Stored data entries:
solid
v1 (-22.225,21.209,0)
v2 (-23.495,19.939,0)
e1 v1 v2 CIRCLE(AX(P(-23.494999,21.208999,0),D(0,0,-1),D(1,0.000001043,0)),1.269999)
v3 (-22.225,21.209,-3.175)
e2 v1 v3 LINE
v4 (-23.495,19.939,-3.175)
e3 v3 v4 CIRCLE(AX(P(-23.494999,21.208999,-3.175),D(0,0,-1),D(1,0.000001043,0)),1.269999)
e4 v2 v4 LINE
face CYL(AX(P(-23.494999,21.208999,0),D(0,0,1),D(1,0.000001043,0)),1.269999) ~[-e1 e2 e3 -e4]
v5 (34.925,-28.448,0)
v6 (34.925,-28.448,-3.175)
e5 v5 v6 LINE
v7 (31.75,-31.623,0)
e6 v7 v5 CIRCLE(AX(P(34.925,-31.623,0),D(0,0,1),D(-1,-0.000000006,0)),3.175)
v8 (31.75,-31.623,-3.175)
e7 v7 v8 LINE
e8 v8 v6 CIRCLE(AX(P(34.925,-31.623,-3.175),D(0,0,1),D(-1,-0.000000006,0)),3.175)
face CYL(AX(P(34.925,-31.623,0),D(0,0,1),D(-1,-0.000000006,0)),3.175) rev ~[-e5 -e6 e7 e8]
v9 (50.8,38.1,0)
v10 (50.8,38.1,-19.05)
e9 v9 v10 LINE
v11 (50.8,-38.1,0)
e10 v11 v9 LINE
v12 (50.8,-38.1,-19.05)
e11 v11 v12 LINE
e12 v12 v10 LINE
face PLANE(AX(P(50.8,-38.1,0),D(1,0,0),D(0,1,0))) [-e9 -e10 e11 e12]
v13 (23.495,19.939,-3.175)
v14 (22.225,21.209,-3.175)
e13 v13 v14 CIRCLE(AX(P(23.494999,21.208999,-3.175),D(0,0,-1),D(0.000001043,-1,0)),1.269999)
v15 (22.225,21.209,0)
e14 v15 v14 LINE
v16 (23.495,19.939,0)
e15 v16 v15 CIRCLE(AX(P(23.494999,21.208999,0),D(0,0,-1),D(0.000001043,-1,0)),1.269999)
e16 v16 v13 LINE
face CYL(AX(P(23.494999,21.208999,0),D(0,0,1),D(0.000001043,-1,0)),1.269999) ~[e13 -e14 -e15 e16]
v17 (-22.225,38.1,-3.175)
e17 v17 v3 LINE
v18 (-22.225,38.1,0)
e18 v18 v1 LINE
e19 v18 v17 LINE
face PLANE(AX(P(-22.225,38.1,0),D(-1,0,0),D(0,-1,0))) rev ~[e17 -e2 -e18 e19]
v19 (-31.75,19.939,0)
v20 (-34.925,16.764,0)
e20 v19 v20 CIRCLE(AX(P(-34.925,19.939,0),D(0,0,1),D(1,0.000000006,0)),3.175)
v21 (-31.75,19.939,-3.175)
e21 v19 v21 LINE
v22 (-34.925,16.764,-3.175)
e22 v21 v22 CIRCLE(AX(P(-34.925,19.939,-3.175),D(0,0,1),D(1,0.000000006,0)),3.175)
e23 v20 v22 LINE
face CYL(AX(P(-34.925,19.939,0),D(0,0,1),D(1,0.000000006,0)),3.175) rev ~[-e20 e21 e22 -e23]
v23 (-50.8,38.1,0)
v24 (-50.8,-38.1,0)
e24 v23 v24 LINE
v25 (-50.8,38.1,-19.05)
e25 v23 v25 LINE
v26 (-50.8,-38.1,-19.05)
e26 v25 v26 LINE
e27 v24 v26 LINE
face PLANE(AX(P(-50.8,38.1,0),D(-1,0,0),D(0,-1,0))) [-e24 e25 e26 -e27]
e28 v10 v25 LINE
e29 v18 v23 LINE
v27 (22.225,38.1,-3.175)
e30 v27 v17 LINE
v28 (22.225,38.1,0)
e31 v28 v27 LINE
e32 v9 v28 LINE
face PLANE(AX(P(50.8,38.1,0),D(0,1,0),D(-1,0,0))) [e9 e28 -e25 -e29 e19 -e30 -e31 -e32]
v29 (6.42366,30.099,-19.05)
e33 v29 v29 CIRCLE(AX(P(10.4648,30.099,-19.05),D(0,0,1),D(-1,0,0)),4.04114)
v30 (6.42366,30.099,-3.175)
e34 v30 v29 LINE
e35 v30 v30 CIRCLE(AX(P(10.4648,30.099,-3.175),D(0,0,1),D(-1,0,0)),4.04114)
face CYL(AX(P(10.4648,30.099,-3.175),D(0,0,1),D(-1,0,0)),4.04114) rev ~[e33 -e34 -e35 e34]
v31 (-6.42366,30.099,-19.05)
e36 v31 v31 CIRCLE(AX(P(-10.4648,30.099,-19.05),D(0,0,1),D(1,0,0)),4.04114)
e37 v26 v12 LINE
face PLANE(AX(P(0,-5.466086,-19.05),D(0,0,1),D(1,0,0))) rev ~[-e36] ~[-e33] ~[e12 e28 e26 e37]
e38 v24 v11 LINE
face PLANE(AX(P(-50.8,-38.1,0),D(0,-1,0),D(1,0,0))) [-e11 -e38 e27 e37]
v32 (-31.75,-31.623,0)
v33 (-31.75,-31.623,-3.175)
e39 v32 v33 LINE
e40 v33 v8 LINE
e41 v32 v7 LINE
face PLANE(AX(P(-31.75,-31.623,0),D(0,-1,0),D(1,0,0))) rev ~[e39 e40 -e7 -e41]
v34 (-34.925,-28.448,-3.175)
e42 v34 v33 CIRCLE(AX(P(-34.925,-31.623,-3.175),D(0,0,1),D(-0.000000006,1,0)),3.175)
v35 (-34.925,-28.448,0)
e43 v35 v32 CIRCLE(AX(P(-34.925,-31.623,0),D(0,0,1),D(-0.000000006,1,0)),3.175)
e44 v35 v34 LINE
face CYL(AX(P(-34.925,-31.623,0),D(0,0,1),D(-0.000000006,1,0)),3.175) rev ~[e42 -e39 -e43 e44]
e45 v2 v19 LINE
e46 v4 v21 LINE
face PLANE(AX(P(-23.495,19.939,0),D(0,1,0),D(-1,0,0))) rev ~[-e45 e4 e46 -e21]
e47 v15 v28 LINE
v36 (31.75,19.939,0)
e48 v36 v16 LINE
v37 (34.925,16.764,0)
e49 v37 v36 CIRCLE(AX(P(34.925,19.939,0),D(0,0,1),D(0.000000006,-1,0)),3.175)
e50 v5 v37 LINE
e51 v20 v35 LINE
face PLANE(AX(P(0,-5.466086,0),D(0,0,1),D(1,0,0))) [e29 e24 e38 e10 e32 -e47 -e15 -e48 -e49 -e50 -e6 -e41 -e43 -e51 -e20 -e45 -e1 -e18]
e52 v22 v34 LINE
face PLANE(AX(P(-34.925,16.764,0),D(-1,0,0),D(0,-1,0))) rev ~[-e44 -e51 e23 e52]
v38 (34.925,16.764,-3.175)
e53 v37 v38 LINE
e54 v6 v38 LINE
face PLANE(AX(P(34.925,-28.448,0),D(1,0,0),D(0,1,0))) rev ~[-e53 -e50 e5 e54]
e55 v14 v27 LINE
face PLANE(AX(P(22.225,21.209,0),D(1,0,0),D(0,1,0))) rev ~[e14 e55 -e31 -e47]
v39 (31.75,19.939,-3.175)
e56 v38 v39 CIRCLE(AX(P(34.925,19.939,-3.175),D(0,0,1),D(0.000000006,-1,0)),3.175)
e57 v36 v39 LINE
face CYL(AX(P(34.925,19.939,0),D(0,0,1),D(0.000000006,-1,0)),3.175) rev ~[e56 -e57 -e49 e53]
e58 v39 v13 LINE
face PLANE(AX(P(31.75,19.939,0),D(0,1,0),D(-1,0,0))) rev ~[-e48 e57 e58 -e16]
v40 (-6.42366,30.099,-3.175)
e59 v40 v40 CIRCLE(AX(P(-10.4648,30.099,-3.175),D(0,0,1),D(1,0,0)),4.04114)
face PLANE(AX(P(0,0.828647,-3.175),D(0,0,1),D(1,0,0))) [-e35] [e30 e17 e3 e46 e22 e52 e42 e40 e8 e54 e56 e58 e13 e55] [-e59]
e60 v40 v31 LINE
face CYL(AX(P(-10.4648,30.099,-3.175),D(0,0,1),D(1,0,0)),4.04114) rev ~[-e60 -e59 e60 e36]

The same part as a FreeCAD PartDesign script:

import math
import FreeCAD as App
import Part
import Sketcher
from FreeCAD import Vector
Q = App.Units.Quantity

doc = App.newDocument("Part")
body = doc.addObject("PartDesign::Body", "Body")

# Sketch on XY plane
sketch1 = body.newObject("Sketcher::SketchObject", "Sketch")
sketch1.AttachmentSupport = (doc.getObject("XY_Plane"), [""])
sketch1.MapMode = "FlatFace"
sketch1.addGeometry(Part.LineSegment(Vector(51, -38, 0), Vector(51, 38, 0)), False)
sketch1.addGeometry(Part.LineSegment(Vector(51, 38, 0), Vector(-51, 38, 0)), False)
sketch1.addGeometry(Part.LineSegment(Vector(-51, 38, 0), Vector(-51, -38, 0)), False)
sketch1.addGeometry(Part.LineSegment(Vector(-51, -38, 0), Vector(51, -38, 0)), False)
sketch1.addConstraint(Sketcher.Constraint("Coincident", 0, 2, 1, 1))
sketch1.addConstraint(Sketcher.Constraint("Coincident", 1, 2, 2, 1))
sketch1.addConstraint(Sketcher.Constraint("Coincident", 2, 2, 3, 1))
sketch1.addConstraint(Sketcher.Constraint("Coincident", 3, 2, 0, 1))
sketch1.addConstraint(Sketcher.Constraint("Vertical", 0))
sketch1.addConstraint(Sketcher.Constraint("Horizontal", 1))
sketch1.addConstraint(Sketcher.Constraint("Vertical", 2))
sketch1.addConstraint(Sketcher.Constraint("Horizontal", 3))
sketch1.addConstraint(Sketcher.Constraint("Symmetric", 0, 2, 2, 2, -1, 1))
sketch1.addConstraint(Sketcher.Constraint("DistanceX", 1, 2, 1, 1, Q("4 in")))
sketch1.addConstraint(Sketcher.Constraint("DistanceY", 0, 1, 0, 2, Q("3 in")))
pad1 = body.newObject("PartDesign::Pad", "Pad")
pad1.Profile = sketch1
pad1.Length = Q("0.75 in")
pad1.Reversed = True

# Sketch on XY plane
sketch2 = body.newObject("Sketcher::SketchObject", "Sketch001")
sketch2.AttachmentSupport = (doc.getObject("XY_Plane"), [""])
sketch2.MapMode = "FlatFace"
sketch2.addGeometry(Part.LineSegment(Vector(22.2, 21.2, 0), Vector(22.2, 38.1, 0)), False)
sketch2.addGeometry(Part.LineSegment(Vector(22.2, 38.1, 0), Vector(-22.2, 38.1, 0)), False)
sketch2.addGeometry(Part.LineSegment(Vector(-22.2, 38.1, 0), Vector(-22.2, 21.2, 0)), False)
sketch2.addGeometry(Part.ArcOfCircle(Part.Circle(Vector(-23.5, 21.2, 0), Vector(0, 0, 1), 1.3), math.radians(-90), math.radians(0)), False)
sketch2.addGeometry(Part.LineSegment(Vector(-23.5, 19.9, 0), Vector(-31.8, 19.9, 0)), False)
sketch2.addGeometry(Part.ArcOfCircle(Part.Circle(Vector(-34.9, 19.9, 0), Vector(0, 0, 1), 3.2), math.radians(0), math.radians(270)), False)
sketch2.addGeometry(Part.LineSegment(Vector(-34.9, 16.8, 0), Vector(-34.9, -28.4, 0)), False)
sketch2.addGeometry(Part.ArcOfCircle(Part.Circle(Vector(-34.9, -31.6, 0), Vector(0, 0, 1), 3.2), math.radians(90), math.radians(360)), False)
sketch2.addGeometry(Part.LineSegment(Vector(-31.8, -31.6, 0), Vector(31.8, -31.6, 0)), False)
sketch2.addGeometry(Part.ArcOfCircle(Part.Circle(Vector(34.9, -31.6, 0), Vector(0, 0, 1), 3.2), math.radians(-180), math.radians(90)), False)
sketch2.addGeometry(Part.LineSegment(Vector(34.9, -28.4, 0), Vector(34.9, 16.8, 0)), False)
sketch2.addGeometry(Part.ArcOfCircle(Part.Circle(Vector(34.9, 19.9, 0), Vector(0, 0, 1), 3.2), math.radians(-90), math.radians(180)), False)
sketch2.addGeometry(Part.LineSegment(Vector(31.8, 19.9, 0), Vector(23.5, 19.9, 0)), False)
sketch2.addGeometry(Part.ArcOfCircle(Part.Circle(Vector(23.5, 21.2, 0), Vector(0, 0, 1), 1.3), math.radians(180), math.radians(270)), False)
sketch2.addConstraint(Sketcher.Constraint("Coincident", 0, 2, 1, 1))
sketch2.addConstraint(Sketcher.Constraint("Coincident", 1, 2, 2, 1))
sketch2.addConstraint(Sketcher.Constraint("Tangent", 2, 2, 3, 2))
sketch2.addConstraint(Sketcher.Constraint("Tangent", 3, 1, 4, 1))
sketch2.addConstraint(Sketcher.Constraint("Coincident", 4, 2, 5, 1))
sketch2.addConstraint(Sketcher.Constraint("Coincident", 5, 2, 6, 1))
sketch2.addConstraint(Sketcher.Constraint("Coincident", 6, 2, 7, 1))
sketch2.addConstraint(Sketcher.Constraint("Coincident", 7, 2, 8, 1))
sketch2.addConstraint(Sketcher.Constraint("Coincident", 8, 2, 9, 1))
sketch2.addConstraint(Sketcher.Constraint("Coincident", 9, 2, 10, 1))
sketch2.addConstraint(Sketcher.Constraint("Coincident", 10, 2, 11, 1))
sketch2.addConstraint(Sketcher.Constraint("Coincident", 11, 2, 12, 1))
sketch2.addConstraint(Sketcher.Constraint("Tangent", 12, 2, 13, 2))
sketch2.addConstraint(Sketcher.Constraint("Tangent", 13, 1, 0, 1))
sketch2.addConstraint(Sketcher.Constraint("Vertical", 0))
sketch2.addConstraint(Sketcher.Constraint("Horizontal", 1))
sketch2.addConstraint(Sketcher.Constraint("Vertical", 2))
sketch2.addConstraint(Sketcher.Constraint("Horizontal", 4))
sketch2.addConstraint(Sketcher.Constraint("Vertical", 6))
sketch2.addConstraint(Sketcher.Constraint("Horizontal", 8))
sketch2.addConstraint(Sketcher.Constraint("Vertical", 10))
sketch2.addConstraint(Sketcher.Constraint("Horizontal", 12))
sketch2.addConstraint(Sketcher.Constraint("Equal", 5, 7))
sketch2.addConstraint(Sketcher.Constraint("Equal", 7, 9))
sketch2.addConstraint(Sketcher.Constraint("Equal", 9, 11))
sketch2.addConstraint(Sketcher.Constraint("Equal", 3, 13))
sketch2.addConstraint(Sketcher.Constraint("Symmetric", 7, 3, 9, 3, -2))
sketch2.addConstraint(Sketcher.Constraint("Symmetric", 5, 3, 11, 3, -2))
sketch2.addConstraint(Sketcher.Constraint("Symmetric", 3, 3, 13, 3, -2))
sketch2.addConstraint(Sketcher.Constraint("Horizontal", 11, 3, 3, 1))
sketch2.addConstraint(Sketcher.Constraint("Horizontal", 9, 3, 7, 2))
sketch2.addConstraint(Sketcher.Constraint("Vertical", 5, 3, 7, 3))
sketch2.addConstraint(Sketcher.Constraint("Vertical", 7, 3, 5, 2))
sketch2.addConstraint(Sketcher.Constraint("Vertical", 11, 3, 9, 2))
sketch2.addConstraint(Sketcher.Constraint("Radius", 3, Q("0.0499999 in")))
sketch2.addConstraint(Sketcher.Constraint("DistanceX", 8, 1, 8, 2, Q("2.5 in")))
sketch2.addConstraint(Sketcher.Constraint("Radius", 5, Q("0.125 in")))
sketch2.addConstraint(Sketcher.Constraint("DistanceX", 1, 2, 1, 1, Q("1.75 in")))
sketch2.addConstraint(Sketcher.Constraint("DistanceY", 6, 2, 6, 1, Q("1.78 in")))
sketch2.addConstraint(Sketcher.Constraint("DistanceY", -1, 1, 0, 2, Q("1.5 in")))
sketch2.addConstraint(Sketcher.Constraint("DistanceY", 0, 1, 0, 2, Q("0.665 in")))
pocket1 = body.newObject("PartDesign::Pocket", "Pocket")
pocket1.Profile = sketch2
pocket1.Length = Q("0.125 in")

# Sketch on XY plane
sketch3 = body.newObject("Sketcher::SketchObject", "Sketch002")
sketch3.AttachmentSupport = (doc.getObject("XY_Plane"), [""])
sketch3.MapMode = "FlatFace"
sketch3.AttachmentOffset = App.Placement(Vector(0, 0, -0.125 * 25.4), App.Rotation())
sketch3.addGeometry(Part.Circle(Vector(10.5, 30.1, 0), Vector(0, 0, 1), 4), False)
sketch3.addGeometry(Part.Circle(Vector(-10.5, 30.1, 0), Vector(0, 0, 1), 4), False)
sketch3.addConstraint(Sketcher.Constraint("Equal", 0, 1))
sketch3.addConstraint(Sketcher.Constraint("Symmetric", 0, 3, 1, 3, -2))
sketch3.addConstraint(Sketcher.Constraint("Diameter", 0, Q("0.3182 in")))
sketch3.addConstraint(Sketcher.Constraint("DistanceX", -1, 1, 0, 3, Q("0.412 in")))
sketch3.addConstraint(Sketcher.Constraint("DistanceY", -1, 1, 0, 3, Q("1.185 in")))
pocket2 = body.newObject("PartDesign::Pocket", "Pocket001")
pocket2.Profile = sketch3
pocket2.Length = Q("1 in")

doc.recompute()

**Exercise aim**. Only one stretch of the data above is needed. Restate it word for word, from the line containing "face PLANE(AX(P(-23.495,19.939,0),D(0,1,0),D(-1,0,0))) rev" through the line containing "e59 v40 v40", both ends included.

**Completed task**.
face PLANE(AX(P(-23.495,19.939,0),D(0,1,0),D(-1,0,0))) rev ~[-e45 e4 e46 -e21]
e47 v15 v28 LINE
v36 (31.75,19.939,0)
e48 v36 v16 LINE
v37 (34.925,16.764,0)
e49 v37 v36 CIRCLE(AX(P(34.925,19.939,0),D(0,0,1),D(0.000000006,-1,0)),3.175)
e50 v5 v37 LINE
e51 v20 v35 LINE
face PLANE(AX(P(0,-5.466086,0),D(0,0,1),D(1,0,0))) [e29 e24 e38 e10 e32 -e47 -e15 -e48 -e49 -e50 -e6 -e41 -e43 -e51 -e20 -e45 -e1 -e18]
e52 v22 v34 LINE
face PLANE(AX(P(-34.925,16.764,0),D(-1,0,0),D(0,-1,0))) rev ~[-e44 -e51 e23 e52]
v38 (34.925,16.764,-3.175)
e53 v37 v38 LINE
e54 v6 v38 LINE
face PLANE(AX(P(34.925,-28.448,0),D(1,0,0),D(0,1,0))) rev ~[-e53 -e50 e5 e54]
e55 v14 v27 LINE
face PLANE(AX(P(22.225,21.209,0),D(1,0,0),D(0,1,0))) rev ~[e14 e55 -e31 -e47]
v39 (31.75,19.939,-3.175)
e56 v38 v39 CIRCLE(AX(P(34.925,19.939,-3.175),D(0,0,1),D(0.000000006,-1,0)),3.175)
e57 v36 v39 LINE
face CYL(AX(P(34.925,19.939,0),D(0,0,1),D(0.000000006,-1,0)),3.175) rev ~[e56 -e57 -e49 e53]
e58 v39 v13 LINE
face PLANE(AX(P(31.75,19.939,0),D(0,1,0),D(-1,0,0))) rev ~[-e48 e57 e58 -e16]
v40 (-6.42366,30.099,-3.175)
e59 v40 v40 CIRCLE(AX(P(-10.4648,30.099,-3.175),D(0,0,1),D(1,0,0)),4.04114)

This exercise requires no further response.